We will provide another update around 5pm regarding the timing and if DORS availability will be impacted or not.

Update, 5/21/2021 11am: We are working with the vendor to determine which troubleshooting path to take. There’s a possibility that we may need to take all storage sub-systems offline at some point, but we will communicate that and a
timeline as soon as we know.

Update, 5/21/2021: One of the tasks in scope for the GPFS maintenance included upgrading the OS on the servers in order to keep them in step with supported GPFS versions (i.e. if the operating system becomes too outdated we cannot update the GPFS software). Early this afternoon we updated two of the servers and noticed unexpected instability in the mounts for /data and /home. Further investigation showed that certain administrative commands and a few user commands could result in the compute nodes and gateways losing those mounts. Unfortunately this event does not generate any error messages in the logs or terminal session and it is unclear if it is related to the OS updates. We are therefore extending the downtime through noon tomorrow while we gather information and work with the vendor to identify what is triggering this condition.

The Scheduled Downtime dates for the Spring have moved up from June 1-3 to May 18-20. This is to reduce the chances that /data and /scratch storage sub-systems will experience major issues related to controller failure.
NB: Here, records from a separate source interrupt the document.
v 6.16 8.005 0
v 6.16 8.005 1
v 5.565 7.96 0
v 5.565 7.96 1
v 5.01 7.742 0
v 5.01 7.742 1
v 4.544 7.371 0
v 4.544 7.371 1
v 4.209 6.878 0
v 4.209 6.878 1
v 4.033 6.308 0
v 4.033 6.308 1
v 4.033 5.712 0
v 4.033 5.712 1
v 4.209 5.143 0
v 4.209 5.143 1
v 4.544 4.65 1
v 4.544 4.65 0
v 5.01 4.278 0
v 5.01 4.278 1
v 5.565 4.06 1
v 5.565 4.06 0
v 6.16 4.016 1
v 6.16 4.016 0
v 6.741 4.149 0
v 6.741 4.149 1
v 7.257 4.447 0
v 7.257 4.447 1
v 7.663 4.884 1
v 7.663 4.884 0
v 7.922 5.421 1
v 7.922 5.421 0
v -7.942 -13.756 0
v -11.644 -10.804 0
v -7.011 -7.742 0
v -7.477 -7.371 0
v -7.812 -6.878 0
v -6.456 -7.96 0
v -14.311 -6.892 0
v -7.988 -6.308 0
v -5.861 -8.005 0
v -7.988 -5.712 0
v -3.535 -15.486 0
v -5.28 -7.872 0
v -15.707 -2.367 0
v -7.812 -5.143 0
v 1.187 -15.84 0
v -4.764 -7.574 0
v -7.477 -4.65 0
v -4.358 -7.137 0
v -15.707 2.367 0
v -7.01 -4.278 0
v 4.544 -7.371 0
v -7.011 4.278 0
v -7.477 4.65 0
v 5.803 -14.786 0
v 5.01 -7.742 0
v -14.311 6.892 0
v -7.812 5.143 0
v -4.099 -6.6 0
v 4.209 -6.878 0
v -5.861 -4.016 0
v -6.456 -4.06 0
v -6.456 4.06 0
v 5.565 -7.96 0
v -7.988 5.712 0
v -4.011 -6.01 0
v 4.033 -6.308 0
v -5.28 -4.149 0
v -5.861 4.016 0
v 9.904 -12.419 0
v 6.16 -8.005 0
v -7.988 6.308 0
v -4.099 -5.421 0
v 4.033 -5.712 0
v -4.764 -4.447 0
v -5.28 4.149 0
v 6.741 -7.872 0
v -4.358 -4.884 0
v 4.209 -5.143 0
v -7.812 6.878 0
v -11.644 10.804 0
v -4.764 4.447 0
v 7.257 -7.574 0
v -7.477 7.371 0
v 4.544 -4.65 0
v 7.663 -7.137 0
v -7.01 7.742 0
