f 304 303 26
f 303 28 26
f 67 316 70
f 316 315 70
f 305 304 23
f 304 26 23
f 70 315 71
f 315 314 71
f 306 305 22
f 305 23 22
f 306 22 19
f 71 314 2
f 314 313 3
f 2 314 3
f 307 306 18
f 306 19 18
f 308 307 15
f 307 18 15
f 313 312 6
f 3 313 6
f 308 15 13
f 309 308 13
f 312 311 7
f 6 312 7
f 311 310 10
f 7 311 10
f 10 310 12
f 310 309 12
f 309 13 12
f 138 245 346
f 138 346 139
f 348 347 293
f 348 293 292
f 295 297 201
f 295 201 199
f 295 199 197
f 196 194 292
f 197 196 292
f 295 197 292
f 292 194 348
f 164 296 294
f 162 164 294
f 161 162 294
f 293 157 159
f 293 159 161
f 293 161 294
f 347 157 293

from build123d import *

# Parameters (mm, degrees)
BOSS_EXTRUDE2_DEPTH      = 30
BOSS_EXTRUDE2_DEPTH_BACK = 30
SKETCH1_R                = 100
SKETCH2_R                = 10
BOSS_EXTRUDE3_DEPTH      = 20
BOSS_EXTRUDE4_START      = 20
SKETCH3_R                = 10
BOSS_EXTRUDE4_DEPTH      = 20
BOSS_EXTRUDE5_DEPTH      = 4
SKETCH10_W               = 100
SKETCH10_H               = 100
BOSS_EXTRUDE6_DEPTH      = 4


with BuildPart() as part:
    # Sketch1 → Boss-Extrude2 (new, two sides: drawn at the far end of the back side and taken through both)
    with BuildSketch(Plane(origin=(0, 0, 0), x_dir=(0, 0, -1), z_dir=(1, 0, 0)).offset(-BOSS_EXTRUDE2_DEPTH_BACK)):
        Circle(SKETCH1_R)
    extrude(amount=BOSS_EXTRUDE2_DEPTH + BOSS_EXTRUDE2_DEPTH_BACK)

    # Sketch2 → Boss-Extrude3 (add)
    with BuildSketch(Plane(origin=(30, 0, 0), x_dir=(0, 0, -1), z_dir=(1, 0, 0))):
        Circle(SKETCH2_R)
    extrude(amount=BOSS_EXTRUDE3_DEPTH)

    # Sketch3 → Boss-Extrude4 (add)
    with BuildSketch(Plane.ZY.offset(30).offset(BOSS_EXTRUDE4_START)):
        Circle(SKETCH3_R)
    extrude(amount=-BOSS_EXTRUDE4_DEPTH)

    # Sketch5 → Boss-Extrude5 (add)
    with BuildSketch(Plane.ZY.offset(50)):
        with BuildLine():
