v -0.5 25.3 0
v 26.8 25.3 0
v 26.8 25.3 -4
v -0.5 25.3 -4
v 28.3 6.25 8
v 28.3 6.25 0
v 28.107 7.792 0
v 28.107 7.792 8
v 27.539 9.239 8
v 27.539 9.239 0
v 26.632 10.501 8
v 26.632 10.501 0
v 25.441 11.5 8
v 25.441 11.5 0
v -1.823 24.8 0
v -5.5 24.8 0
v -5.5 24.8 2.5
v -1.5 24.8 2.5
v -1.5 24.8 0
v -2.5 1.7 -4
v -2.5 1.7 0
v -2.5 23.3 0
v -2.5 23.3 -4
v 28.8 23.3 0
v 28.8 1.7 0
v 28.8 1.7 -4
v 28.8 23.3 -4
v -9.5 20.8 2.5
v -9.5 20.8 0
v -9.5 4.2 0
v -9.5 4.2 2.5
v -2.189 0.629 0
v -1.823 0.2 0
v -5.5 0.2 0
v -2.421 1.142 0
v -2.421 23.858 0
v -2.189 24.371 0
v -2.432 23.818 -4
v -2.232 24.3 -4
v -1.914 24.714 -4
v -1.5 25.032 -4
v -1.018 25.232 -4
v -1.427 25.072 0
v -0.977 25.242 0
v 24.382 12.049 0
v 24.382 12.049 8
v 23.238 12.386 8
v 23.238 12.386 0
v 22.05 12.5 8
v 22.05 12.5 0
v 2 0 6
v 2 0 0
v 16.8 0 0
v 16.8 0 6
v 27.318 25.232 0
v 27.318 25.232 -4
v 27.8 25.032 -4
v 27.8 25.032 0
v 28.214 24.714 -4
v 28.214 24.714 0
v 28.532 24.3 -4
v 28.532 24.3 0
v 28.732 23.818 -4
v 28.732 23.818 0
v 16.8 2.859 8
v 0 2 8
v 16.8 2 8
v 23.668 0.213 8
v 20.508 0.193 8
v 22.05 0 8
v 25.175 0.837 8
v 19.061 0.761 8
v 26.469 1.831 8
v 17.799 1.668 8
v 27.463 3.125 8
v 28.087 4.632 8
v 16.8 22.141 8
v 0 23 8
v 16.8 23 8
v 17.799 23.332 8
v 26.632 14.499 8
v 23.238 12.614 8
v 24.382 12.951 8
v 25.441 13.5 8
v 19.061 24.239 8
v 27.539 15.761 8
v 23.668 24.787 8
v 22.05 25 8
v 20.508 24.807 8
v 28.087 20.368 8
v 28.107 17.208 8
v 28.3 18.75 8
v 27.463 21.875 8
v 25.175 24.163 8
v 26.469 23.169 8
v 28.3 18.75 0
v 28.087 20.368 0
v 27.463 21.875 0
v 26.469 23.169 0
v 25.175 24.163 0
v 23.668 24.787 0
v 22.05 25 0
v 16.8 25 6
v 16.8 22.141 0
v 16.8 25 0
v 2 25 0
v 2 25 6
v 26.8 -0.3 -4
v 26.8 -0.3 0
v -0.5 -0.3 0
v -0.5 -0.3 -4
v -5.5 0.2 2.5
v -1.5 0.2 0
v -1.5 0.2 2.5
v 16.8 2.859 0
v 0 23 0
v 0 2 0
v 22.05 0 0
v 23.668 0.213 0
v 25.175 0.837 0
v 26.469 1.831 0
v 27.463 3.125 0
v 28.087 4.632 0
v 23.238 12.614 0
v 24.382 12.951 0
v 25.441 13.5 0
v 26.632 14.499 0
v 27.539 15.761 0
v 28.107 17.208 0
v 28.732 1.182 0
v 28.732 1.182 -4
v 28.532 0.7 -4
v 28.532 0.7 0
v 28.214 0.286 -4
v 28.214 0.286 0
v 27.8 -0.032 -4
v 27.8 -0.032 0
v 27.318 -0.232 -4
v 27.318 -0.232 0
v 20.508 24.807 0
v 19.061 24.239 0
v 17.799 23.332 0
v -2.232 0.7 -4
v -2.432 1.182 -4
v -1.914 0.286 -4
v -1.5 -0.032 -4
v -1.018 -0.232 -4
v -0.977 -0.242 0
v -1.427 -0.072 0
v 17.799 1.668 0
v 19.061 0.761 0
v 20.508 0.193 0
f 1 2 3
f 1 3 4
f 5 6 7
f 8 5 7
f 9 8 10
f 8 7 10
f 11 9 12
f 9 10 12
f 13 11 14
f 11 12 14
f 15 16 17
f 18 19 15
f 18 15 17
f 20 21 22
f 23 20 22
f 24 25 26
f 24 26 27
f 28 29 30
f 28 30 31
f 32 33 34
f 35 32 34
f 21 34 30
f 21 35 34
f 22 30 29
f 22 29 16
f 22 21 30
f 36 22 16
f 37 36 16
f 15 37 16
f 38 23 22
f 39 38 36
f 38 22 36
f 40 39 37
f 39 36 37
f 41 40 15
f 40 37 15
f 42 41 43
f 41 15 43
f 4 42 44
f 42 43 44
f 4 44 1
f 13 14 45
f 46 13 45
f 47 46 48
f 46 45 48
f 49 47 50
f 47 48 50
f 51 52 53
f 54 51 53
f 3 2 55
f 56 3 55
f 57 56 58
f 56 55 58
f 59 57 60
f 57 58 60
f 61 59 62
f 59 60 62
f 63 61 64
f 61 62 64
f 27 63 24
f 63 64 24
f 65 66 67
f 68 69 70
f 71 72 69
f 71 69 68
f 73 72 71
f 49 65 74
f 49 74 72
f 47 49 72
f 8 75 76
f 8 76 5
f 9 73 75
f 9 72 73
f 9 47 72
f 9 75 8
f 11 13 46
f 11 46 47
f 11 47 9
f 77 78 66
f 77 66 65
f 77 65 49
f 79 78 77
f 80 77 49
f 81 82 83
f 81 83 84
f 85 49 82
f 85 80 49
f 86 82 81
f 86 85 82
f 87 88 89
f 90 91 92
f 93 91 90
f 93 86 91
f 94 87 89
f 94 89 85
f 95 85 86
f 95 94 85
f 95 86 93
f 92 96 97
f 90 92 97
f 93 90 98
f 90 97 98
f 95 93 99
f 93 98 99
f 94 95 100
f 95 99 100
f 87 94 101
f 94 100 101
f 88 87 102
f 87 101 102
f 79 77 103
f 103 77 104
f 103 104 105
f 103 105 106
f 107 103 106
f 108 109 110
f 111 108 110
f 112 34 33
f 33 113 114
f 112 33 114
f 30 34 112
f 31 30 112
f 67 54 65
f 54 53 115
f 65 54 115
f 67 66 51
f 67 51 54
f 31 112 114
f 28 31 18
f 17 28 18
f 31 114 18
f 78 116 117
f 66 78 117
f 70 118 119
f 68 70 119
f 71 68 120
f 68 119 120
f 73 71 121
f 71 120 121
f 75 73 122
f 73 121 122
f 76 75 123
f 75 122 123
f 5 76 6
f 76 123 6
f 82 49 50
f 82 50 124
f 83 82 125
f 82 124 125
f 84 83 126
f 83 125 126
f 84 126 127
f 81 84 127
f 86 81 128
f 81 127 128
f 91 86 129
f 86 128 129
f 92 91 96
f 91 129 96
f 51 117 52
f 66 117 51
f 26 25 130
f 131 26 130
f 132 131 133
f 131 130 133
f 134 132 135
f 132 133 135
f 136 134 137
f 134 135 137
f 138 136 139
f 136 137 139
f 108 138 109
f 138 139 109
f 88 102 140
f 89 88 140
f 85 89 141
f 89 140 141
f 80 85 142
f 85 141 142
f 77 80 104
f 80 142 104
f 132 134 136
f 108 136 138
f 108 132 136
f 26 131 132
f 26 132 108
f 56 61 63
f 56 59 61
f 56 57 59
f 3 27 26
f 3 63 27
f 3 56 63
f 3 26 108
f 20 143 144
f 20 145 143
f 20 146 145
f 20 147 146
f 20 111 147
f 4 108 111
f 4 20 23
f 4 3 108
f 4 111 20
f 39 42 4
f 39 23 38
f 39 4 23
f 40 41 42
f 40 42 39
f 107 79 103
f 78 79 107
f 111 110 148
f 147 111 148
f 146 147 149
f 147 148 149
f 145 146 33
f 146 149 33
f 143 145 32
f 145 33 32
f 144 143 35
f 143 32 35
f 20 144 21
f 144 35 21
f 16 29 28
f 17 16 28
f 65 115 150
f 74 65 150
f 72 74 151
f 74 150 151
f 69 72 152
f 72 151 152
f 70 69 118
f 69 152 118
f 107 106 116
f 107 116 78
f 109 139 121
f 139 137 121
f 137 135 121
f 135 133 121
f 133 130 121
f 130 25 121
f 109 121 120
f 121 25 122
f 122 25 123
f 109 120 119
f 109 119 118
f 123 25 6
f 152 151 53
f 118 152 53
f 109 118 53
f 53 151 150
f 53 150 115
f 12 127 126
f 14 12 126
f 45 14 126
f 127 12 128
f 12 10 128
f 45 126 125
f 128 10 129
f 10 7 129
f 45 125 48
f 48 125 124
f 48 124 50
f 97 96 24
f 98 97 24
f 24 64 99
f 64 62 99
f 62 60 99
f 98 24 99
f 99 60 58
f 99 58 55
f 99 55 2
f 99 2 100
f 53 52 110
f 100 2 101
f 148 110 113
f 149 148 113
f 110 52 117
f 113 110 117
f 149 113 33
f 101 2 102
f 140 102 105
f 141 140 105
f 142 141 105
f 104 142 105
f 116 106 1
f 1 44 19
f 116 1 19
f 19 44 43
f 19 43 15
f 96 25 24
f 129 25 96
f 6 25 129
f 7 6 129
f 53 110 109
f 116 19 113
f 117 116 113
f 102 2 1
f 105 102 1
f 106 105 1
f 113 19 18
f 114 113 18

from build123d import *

# Parameters (mm, degrees)
SKETCH_1_W            = 1
SKETCH_1_H            = 2
EXTRUDE_1_DEPTH       = 8
SKETCH_2_W            = 31.3
SKETCH_2_H            = 25.6
EXTRUDE_12_DEPTH      = 4
EXTRUDE_13_DEPTH      = 7
EXTRUDE_13_DEPTH_BACK = 1
SKETCH_3_W            = 2.5
SKETCH_3_H            = 24.6
CHAMFER_1_SIZE        = 4
FILLET_1_R            = 2
CHAMFER_2_SIZE        = 2


with BuildPart() as part:
    # 草图1 → 凸台-拉伸1 (new body)
    with BuildSketch(Plane.XY):
        Polygon((0, 25), (0, 0), (15.8, 0), (15.8, 6.250000037), (15.8, 11.5), (15.8, 13.5), (15.8, 18.749999979), (15.8, 25), align=None)
        with BuildLine():
            Line((16.8, 25), (15.8, 25))
            Line((15.8, 25), (15.8, 18.749999979))
            ThreePointArc((15.8, 18.749999979), (16.055210593, 20.517766943), (16.8, 22.141164992))
            Line((16.8, 22.141164992), (16.8, 25))
        make_face()
        with BuildLine():
            ThreePointArc((16.8, 22.141164992), (16.055210593, 20.517766943), (15.8, 18.749999979))
            ThreePointArc((15.8, 18.749999979), (16.055210599, 16.982233037), (16.8, 15.358835008))
            Line((16.8, 15.358835008), (16.8, 22.141164992))
        make_face()
        with BuildLine():
            ThreePointArc((16.8, 15.358835008), (16.055210599, 16.982233037), (15.8, 18.749999979))
            Line((15.8, 18.749999979), (15.8, 13.5))
            Line((15.8, 13.5), (16.8, 13.5))
            Line((16.8, 13.5), (16.8, 15.358835008))
        make_face()
        with BuildLine():
            ThreePointArc((28.3, 18.75), (26.469417382, 23.169417382), (22.05, 25))
            ThreePointArc((22.05, 25), (19.061043761, 24.238956239), (16.8, 22.141164992))
            Line((16.8, 22.141164992), (16.8, 15.358835008))
            ThreePointArc((16.8, 15.358835008), (17.630582618, 14.330582618), (18.658835008, 13.5))
            Line((18.658835008, 13.5), (25.441164992, 13.5))
            ThreePointArc((25.441164992, 13.5), (27.538956239, 15.761043761), (28.3, 18.75))
        make_face()
        with BuildLine():
            ThreePointArc((18.658835008, 13.5), (17.630582618, 14.330582618), (16.8, 15.358835008))
            Line((16.8, 15.358835008), (16.8, 13.5))
            Line((16.8, 13.5), (18.658835008, 13.5))
        make_face()
        with BuildLine():
            ThreePointArc((16.8, 2.858835008), (19.061043761, 0.761043761), (22.05, 0))
            ThreePointArc((22.05, 0), (26.469417382, 1.830582618), (28.3, 6.25))
            ThreePointArc((28.3, 6.25), (27.538956239, 9.238956239), (25.441164992, 11.5))
            Line((25.441164992, 11.5), (18.658835008, 11.5))
            ThreePointArc((18.658835008, 11.5), (17.630582618, 10.669417382), (16.8, 9.641164992))
            Line((16.8, 9.641164992), (16.8, 2.858835008))
        make_face()
        with BuildLine():
            Line((16.8, 11.5), (16.8, 9.641164992))
            ThreePointArc((16.8, 9.641164992), (17.630582618, 10.669417382), (18.658835008, 11.5))
            Line((18.658835008, 11.5), (16.8, 11.5))
        make_face()
        with BuildLine():
            Line((16.8, 13.5), (16.8, 11.5))
            Line((16.8, 11.5), (18.658835008, 11.5))
            ThreePointArc((18.658835008, 11.5), (20.282233047, 12.244789404), (22.05, 12.5))
            ThreePointArc((22.05, 12.5), (20.282233047, 12.755210596), (18.658835008, 13.5))
            Line((18.658835008, 13.5), (16.8, 13.5))
        make_face()
        with Locations((16.3, 12.5)):
            Rectangle(SKETCH_1_W, SKETCH_1_H)
        with BuildLine():
            ThreePointArc((16.8, 9.641164992), (16.055210601, 8.017766971), (15.8, 6.250000037))
            ThreePointArc((15.8, 6.250000037), (16.055210591, 4.482233065), (16.8, 2.858835008))
            Line((16.8, 2.858835008), (16.8, 9.641164992))
        make_face()
        with BuildLine():
            Line((15.8, 11.5), (15.8, 6.250000037))
            ThreePointArc((15.8, 6.250000037), (16.055210601, 8.017766971), (16.8, 9.641164992))
            Line((16.8, 9.641164992), (16.8, 11.5))
            Line((16.8, 11.5), (15.8, 11.5))
        make_face()
        with BuildLine():
            Line((15.8, 6.250000037), (15.8, 0))
            Line((15.8, 0), (16.8, 0))
            Line((16.8, 0), (16.8, 2.858835008))
            ThreePointArc((16.8, 2.858835008), (16.055210591, 4.482233065), (15.8, 6.250000037))
        make_face()
        with BuildLine():
            ThreePointArc((22.05, 12.5), (20.282233047, 12.244789404), (18.658835008, 11.5))
            Line((18.658835008, 11.5), (25.441164992, 11.5))
            ThreePointArc((25.441164992, 11.5), (23.817766953, 12.244789404), (22.05, 12.5))
        make_face()
        with BuildLine():
            ThreePointArc((18.658835008, 13.5), (20.282233047, 12.755210596), (22.05, 12.5))
            ThreePointArc((22.05, 12.5), (23.817766953, 12.755210596), (25.441164992, 13.5))
            Line((25.441164992, 13.5), (18.658835008, 13.5))
        make_face()
    extrude(amount=EXTRUDE_1_DEPTH)

    # 草图2 → 凸台-拉伸12 (add)
    with BuildSketch(Plane(origin=(0, 0, 0), x_dir=(-1, 0, 0), z_dir=(0, 0, -1))):
        with Locations((-13.15, 12.5)):
            Rectangle(SKETCH_2_W, SKETCH_2_H)
    extrude(amount=EXTRUDE_12_DEPTH)

    # 草图3 → 凸台-拉伸13 (add, two sides: drawn at the far end of the back side and taken through both)
    with BuildSketch(Plane.ZY.offset(2.5).offset(-EXTRUDE_13_DEPTH_BACK)):
        with Locations((1.25, 12.5)):
            Rectangle(SKETCH_3_W, SKETCH_3_H)
    extrude(amount=EXTRUDE_13_DEPTH + EXTRUDE_13_DEPTH_BACK)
By replacing the controllers that are reporting problems from each system, we will restore the hardware and connectivity redundancy needed for full functionality.

The other maintenance tasks that will be performed during this downtime include:

  • upgrade software on maxwell and pascal GPU nodes
  • configure dual-fiber connectivity to the group storage servers
  • relocate existing GPFS hardware in accordance with updated data center layout
  • upgrade LStore storage servers
  • upgrade Linux on custom gateways and group storage servers

This Scheduled Downtime will not include the DORS storage sub-system. DORS will continue to be available on those dates.

Also, we have posted information on how to map your ACCRE storage to your desktop/laptop for those who would like an easier way to move files between work environments.

In case you haven’t seen it yet, we have a status page for our systems available.

Also, our three required training classes are now available online and can be taken at anytime.